Dated: June 25, 2012 [Cite as Hugenberg v. Huntington Bancshares, Inc., 2012-Ohio-3344.] VUKOVICH, J.

{¶1} Plaintiff-appellant Paul Hugenberg appeals the decision of the Columbiana County Common Pleas Court which upheld the decision of the arbitrator finding that defendant-appellee Huntington Bancshares, Inc. is not required to pay severance to appellant. Appellant argues that the arbitrator exceeded his power by using parol evidence to find that certain conditions had to be met before the signed severance agreement became effective. Because courts have limited power of review over an arbitrator’s decision and because the arbitrator’s decision was supported by case law on the use of parol evidence to ascertain a condition precedent to a contract, the arbitrator did not exceed his power. {¶2} Appellant alternatively argues that the arbitrator was “guilty of misconduct” in refusing to admit other parol evidence in the form of agreements allowing his two managers to collect severance even though they obtained work with the outsourcing provider. However, this decision does not necessarily constitute misconduct as such evidence could be just as prejudicial to appellant as it could be beneficial, because it served to emphasize that appellant was not offered a similar deal specifically allowing severance even where substitute employment is accepted. For these reasons, the judgment of the trial court is affirmed. STATEMENT OF THE CASE {¶3} Appellant worked in the internal audit department of Sky Financial Group, Inc., nka Huntington Bancshares, Inc. (the Bank). The Bank decided to outsource the functions of this department to Crowe Chizek (the outsourcing provider). In January of 2003, the bank provided a Severance Agreement and Release, containing an arbitration clause, to appellant for his perusal. {¶4} The agreement explained that appellant’s termination date would be March 21, 2003 but that he could voluntarily terminate after the “work through” date of February 14, 2003 and still be eligible for approximately $20,000 worth of severance payments, some of which represented an allowance for health insurance. The agreement stated that it contained the entire agreement between the parties concerning the subject matter therein and that it superseded any and all prior -2-

agreements, understandings, discussions, negotiations, and undertakings, whether written or oral. The agreement required amendments to be in writing and signed by both parties. {¶5} Appellant signed the agreement on March 1, 2003, and the Bank signed on March 5, 2003. Appellant then worked through March 21, 2003. The next workday, he began substitute employment at the Bank’s outsourcing provider.
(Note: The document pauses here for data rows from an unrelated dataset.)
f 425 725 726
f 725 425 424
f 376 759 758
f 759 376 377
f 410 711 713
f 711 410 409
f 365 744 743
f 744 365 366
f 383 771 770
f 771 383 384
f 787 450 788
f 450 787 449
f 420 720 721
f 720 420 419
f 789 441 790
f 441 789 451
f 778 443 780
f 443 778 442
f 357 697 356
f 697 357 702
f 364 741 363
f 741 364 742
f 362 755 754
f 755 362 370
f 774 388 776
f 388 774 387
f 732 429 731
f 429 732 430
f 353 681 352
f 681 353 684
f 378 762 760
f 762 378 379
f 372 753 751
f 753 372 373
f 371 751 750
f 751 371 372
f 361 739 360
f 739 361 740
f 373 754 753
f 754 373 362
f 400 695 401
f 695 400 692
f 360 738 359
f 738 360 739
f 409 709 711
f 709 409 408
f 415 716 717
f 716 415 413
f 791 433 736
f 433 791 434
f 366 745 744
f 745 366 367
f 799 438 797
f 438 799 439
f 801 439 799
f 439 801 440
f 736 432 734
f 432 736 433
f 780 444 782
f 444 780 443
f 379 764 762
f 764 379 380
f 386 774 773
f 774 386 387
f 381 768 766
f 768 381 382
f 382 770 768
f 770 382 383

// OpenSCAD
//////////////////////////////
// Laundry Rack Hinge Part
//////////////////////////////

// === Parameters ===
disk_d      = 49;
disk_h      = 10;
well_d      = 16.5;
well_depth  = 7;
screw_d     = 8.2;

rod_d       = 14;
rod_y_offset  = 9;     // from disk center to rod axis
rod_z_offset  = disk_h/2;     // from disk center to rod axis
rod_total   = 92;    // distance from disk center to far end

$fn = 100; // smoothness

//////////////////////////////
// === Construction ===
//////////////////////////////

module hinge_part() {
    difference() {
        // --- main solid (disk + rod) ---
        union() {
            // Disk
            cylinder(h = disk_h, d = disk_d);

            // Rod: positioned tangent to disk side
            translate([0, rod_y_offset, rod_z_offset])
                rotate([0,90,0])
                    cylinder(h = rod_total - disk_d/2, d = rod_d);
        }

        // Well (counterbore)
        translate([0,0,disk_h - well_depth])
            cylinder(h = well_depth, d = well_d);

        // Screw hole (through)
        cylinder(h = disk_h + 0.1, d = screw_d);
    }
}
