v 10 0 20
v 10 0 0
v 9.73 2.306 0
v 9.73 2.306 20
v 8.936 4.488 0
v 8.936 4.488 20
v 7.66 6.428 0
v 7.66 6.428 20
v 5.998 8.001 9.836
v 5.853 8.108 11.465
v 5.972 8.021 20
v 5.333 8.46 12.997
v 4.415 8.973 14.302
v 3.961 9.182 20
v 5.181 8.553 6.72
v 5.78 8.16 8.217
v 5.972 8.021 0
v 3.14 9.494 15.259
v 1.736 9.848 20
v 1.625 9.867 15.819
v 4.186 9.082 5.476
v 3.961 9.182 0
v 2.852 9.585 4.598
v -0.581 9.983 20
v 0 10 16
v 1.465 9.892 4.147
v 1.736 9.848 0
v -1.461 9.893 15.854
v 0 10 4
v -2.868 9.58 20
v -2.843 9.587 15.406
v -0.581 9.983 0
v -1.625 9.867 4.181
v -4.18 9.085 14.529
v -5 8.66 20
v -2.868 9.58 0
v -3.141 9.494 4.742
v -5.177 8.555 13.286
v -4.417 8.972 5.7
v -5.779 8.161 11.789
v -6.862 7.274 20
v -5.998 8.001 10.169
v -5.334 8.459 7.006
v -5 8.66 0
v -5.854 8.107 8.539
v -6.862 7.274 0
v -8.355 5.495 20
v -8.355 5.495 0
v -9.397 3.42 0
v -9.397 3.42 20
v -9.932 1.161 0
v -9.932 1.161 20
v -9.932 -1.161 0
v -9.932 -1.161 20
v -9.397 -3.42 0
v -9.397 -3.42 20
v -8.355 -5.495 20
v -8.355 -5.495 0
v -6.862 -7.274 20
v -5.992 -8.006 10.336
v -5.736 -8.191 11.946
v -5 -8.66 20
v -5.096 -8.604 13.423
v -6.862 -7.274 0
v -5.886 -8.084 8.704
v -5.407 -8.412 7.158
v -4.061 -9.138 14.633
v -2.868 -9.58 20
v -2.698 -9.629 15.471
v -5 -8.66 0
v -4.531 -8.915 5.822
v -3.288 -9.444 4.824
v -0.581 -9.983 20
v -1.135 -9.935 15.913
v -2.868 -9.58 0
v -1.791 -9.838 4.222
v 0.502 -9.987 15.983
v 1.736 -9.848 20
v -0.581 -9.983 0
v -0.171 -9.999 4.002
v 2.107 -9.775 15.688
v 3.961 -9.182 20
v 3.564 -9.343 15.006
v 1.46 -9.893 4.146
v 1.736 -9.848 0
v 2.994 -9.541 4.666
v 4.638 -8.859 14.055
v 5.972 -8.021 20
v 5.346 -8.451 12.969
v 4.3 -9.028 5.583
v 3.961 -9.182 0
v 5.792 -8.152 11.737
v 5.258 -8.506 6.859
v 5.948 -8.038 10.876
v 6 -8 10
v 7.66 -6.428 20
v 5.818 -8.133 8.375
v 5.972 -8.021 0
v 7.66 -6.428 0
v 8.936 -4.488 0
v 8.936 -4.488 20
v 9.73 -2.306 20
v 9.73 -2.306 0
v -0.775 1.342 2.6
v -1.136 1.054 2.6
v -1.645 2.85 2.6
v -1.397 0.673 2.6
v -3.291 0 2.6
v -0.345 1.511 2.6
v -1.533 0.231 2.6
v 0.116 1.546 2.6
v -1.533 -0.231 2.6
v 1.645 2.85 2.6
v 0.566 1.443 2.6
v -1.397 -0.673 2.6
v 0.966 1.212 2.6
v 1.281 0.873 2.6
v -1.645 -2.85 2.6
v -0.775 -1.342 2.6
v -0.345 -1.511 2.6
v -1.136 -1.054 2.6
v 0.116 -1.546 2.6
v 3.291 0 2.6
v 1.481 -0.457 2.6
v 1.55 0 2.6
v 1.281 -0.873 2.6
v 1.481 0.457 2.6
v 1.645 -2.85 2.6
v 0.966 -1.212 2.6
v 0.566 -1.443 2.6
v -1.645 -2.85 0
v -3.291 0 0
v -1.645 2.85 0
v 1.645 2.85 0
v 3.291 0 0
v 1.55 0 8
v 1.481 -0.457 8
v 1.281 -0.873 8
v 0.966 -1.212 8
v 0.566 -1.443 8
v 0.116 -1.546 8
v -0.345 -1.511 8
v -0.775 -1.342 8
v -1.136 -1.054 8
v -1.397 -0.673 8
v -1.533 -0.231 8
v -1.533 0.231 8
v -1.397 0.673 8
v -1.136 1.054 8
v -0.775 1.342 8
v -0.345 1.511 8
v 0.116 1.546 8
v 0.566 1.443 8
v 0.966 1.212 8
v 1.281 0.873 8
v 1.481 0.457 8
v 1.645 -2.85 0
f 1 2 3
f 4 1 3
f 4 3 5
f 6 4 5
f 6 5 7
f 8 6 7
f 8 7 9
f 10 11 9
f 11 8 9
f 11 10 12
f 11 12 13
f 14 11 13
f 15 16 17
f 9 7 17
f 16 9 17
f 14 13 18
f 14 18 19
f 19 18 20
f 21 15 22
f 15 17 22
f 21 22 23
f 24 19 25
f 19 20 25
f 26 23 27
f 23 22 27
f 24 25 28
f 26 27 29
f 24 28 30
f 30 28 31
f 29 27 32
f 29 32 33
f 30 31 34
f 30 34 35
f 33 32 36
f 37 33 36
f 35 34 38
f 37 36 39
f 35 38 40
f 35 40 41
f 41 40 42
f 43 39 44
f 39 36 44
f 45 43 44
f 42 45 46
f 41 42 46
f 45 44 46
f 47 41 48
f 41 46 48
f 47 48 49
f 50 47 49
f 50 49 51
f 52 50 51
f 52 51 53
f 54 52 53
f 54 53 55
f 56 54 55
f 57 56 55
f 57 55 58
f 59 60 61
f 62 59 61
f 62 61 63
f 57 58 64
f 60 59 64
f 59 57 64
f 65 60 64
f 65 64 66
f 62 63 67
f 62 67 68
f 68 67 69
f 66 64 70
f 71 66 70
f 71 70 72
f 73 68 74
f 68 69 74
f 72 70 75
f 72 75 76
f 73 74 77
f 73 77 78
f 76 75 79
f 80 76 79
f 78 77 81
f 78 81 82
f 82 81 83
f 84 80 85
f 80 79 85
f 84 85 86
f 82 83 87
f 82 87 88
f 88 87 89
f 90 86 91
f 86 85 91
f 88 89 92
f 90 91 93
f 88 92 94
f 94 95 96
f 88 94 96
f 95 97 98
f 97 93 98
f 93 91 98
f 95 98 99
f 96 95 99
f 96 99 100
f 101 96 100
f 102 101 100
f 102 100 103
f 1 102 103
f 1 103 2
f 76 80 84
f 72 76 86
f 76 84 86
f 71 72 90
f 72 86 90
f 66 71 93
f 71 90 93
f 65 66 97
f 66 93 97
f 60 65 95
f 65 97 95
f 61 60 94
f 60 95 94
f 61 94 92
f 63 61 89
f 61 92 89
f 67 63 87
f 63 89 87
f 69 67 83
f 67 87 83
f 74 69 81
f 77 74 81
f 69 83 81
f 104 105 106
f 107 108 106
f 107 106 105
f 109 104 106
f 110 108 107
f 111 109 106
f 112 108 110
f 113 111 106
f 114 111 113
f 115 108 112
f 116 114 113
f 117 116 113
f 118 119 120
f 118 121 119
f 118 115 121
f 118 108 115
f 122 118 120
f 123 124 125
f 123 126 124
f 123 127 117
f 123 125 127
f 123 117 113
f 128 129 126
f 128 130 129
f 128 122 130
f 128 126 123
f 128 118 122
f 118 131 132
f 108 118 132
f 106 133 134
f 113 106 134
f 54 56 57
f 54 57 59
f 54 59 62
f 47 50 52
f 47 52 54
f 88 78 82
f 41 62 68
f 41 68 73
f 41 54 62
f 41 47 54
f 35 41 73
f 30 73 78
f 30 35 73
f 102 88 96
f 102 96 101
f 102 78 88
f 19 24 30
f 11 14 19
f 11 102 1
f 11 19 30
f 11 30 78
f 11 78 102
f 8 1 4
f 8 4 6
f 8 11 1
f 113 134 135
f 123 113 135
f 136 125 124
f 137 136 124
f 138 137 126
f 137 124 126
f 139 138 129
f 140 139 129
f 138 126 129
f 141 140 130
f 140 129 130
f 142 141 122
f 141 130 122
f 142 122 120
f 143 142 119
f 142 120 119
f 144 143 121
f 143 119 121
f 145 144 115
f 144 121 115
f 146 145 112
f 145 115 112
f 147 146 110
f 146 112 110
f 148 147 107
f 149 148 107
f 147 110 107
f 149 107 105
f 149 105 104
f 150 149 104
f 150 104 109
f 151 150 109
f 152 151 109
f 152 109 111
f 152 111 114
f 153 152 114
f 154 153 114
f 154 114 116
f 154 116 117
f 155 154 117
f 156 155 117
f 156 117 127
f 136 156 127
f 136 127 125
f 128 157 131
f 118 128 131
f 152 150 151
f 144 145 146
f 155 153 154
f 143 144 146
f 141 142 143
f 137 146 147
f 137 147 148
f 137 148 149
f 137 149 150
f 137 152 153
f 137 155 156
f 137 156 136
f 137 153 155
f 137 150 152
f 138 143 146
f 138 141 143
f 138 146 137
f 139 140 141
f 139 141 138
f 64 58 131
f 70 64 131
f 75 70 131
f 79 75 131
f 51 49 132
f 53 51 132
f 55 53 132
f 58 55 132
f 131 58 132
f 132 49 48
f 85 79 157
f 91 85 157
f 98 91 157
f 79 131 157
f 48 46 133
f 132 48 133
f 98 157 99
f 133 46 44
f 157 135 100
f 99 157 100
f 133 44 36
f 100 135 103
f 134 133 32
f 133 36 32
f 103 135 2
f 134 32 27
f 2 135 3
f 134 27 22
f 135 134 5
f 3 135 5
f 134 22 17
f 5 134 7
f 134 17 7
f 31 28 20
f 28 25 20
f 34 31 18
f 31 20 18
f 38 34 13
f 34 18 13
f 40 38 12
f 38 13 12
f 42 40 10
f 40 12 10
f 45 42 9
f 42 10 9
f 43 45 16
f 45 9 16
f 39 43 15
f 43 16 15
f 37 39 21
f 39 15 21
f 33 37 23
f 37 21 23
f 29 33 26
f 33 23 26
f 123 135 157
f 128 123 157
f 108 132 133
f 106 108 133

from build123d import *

# Parameters (mm, degrees)
F0_R      = 10
F1_DEPTH  = 20
F2_R      = 10
F3_DEPTH  = 50
F4_R      = 1.55
F5_DEPTH  = 2.6
F5_FACE_R = 1.55
F6_DEPTH  = 8


with BuildPart() as f1:
    # F0 (on Top) → F1 (new body)
    with BuildSketch(Plane.XY):
        Circle(F0_R)
    extrude(amount=F1_DEPTH)

    # F2 (on Right) → F3 (cut, symmetric)
    with BuildSketch(Plane.YZ):
        with Locations((18, 10)):
            Circle(F2_R)
        with Locations((-18, 10)):
            Circle(F2_R)
    extrude(amount=F3_DEPTH, both=True, mode=Mode.SUBTRACT)

    # F4 (on face) → F5 (cut)
    with BuildSketch(Plane(origin=(0, 0, 0), x_dir=(1, 0, 0), z_dir=(0, 0, -1))):
        Polygon((1.645448, 2.85), (-1.645448, 2.85), (-3.290897, 0), (-1.645448, -2.85), (1.645448, -2.85), (3.290897, 0), align=None)
        Circle(F4_R, mode=Mode.SUBTRACT)
    extrude(amount=-F5_DEPTH, mode=Mode.SUBTRACT)

    # F5_face (on face) → F6 (cut)
    with BuildSketch(Plane(origin=(0, 0, 0), x_dir=(1, 0, 0), z_dir=(0, 0, -1))):
        Circle(F5_FACE_R)
    extrude(amount=-F6_DEPTH, mode=Mode.SUBTRACT)


solid = f1.part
The Bank did not pay appellant severance upon his move to the outsourcing provider, and appellant did not demand severance until 2008. After the Bank refused his request, appellant filed a complaint for breach of contract in June of 2010. {¶6} The court case was stayed pending arbitration at the Bank’s request. At arbitration, the Bank argued that the Severance Agreement and Release was subject to a condition precedent in the form of a Severance Payment Plan, which established criteria for severance eligibility and which criteria appellant did not fulfill as he accepted employment with the outsourcing provider. Appellant responded that because the four corners of the Severance Agreement and Release entitle him to severance without referring to any Severance Payment Plan, such a plan cannot be viewed. {¶7} The May 30, 2011 arbitrator’s decision held in favor of the Bank. The arbitrator found that the Bank had established a Severance Payment Plan which required four conditions to be met before entitlement to severance existed: (1) the employee must maintain acceptable levels of performance until the “work through” date; (2) the employee must sign a release of all claims against the Bank; (3) the employee must not refuse an offer from the Bank for “reasonable alternative employment”; and (4) the employee must not be hired, retained, or employed by an “outsourcing provider.” {¶8} The arbitrator noted that signing the Severance Agreement and Release fulfilled the second condition and found that the fourth condition was absent here, explaining that the Bank signed the agreement in anticipation that appellant was not going to accept employment with its outsourcing provider. The arbitrator cited case law which allows the admission of extrinsic evidence to establish a -3-

condition precedent to the existence of a contract, which is an exception to the parol evidence bar. The arbitrator concluded that the eligibility requirements in the Severance Payment Plan constituted a condition precedent to payment under the Severance Agreement and Release. {¶9} On July 1, 2011, appellant filed a timely motion to vacate the arbitrator’s decision in the trial court case. See R.C. 2711.13. In pertinent part, he argued that the arbitrator exceeded his authority by ignoring the plain language of the agreement and that the arbitrator improperly refused to hear evidence material to the case regarding two managers whose agreements specifically allowed them to receive severance and to work at the outsourcing provider. {¶10} On September 21, 2011, the trial court affirmed the decision of the arbitrator and entered judgment in favor of the Bank. As to the agreements referencing the two managers, the court noted that appellant was permitted to use the two documents to question witnesses but that they were not thereafter admitted because none of the witnesses had personal knowledge of the documents. The court concluded that there was no evidence that the failure to admit these documents denied appellant the right to a fair hearing or prejudiced him. {¶11} The trial court also explained that a court reviewing an arbitrator’s decision does not conduct the same review claimed factual or legal errors as that conducted by an appellate court when reviewing a trial court judgment. The court found that the arbitrator was arguably applying the contract and the relevant law on concerning a condition precedent. Thus, the trial court upheld the decision that parol evidence of a condition precedent was admissible to show that appellant was not entitled to severance if he accepted employment with the outsourcing provider. Appellant filed timely notice of appeal in this court. GENERAL STANDARD OF REVIEW {¶12} Appellant relies on divisions (C) and (D) of R.C. 2711.0, which allow vacation where the arbitrator exceeded his power or was guilty of misconduct in refusing to hear evidence pertinent and material to the controversy or of other misbehavior by which a party’s rights have been prejudiced. A trial court’s ability to -4-

vacate an arbitrator’s decision is narrow and limited by statute. See R.C 2711.10 (setting forth the criteria for vacating an arbitrator’s decision). See also R.C. 2711.11 (setting forth the criteria for modifying or correcting a decision); R.C. 2711.13 (setting forth the timeliness requirements).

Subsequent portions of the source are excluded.